Sketch 9: Recreate a movie scene

Chris Pratt holds the raptors at bay in Jurassic World.

Due: 4/10

Tag: sk9

Choose a single moment from a movie or television episode and recreate that scene as closely as you can in a single photograph. Think about how you can creatively use wardrobe items or props that you already have at your disposal and the landscapes and building spaces available to you in order to create your scene. In fact, you might find that it’s best to begin by thinking about what you might be able to pull off and to work backward from there to choosing a scene.

By definition, you don’t have incredibly powerful movie cameras, cinematographers, a cast and crew, a prop and set design department, and CGI f/x staff for post production; therefore, you are never going to perfectly recreate any scene. However, with a little creativity you can still create a powerful version of a scene even without all that fancy paraphernalia, as in the version of Jurassic World at the top of this post and others seen here.

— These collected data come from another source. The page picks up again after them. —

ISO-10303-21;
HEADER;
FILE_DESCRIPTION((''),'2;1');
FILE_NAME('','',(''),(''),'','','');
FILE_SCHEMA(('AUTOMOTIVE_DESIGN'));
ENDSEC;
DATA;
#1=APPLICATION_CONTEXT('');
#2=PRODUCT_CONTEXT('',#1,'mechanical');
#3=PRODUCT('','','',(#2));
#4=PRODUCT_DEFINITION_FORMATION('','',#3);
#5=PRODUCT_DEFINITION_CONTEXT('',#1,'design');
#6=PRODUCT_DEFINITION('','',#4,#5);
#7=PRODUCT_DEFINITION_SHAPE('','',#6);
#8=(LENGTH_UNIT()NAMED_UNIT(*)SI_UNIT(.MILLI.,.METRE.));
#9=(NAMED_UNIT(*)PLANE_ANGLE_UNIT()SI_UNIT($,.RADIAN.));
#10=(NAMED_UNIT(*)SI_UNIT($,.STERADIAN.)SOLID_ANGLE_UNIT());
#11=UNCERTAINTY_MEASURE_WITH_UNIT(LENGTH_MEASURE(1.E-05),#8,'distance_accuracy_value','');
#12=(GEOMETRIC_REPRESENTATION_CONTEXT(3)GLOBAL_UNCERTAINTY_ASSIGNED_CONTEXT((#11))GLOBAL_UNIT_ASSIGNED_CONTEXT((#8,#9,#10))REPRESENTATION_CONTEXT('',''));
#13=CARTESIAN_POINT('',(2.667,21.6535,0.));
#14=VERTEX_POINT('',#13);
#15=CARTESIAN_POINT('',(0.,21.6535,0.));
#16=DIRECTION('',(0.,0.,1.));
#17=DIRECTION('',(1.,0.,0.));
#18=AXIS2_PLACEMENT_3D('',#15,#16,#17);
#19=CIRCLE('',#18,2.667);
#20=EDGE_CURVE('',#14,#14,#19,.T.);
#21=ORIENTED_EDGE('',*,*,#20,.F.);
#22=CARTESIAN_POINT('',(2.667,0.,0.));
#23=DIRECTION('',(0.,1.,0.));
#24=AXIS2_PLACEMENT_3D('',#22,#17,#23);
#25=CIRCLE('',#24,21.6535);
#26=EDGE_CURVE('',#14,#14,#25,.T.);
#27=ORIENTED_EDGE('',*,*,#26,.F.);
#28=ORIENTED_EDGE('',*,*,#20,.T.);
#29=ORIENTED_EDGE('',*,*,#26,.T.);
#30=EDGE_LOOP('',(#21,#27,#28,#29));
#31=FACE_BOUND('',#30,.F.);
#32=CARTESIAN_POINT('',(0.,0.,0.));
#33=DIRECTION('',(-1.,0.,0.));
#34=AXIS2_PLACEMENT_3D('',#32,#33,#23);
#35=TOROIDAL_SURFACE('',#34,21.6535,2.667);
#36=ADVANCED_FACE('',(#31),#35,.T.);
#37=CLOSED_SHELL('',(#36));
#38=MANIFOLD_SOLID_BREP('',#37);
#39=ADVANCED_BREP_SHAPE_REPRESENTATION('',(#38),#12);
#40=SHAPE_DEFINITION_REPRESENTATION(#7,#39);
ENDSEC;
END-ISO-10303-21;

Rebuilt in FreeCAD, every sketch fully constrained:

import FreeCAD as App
import Part
import Sketcher
from FreeCAD import Vector
Q = App.Units.Quantity

doc = App.newDocument("Part")
body = doc.addObject("PartDesign::Body", "Body")

# Sketch on XY plane
sketch1 = doc.addObject("Sketcher::SketchObject", "Sketch")
body.addObject(sketch1)
sketch1.AttachmentSupport = (doc.XY_Plane, [""])
sketch1.MapMode = "FlatFace"
sketch1.addGeometry(Part.Circle(Vector(0, 21.6535, 0), Vector(0, 0, 1), 2.667), False)
sketch1.addConstraint([
    Sketcher.Constraint("PointOnObject", 0, 3, -2),
    Sketcher.Constraint("Diameter", 0, Q("0.21 in")),
    Sketcher.Constraint("DistanceY", -1, 1, 0, 3, Q("0.8525 in")),
])
revolution = doc.addObject("PartDesign::Revolution", "Revolution")
body.addObject(revolution)
revolution.Profile = sketch1
revolution.ReferenceAxis = (sketch1, ["H_Axis"])
revolution.Angle = 360

doc.recompute()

More than a decade ago, I recreated these scenes above as part of a larger photographic creative project. For my version of Lost in Translation, I rearranged the furniture in my bedroom and borrowed my wife’s bathrobe. I could never quite get the tilt of my head right. For my recreation of Albrecht Dürer’s Self Portrait of 1500, I couldn’t reproduce the proportions because I was required to make all my shots 4×3 landscape photos and my hair wasn’t long enough to quite pull off the portrait. But I bought a black plastic tablecloth for 99 cents for the background and made the sleeve decorations with crayons on paper. I used a fuzzy scarf and an old leather jacket for the clothes. Despite taking numerous shots and studying the painting very, very closely, I could never get my right hand into exactly the correct position.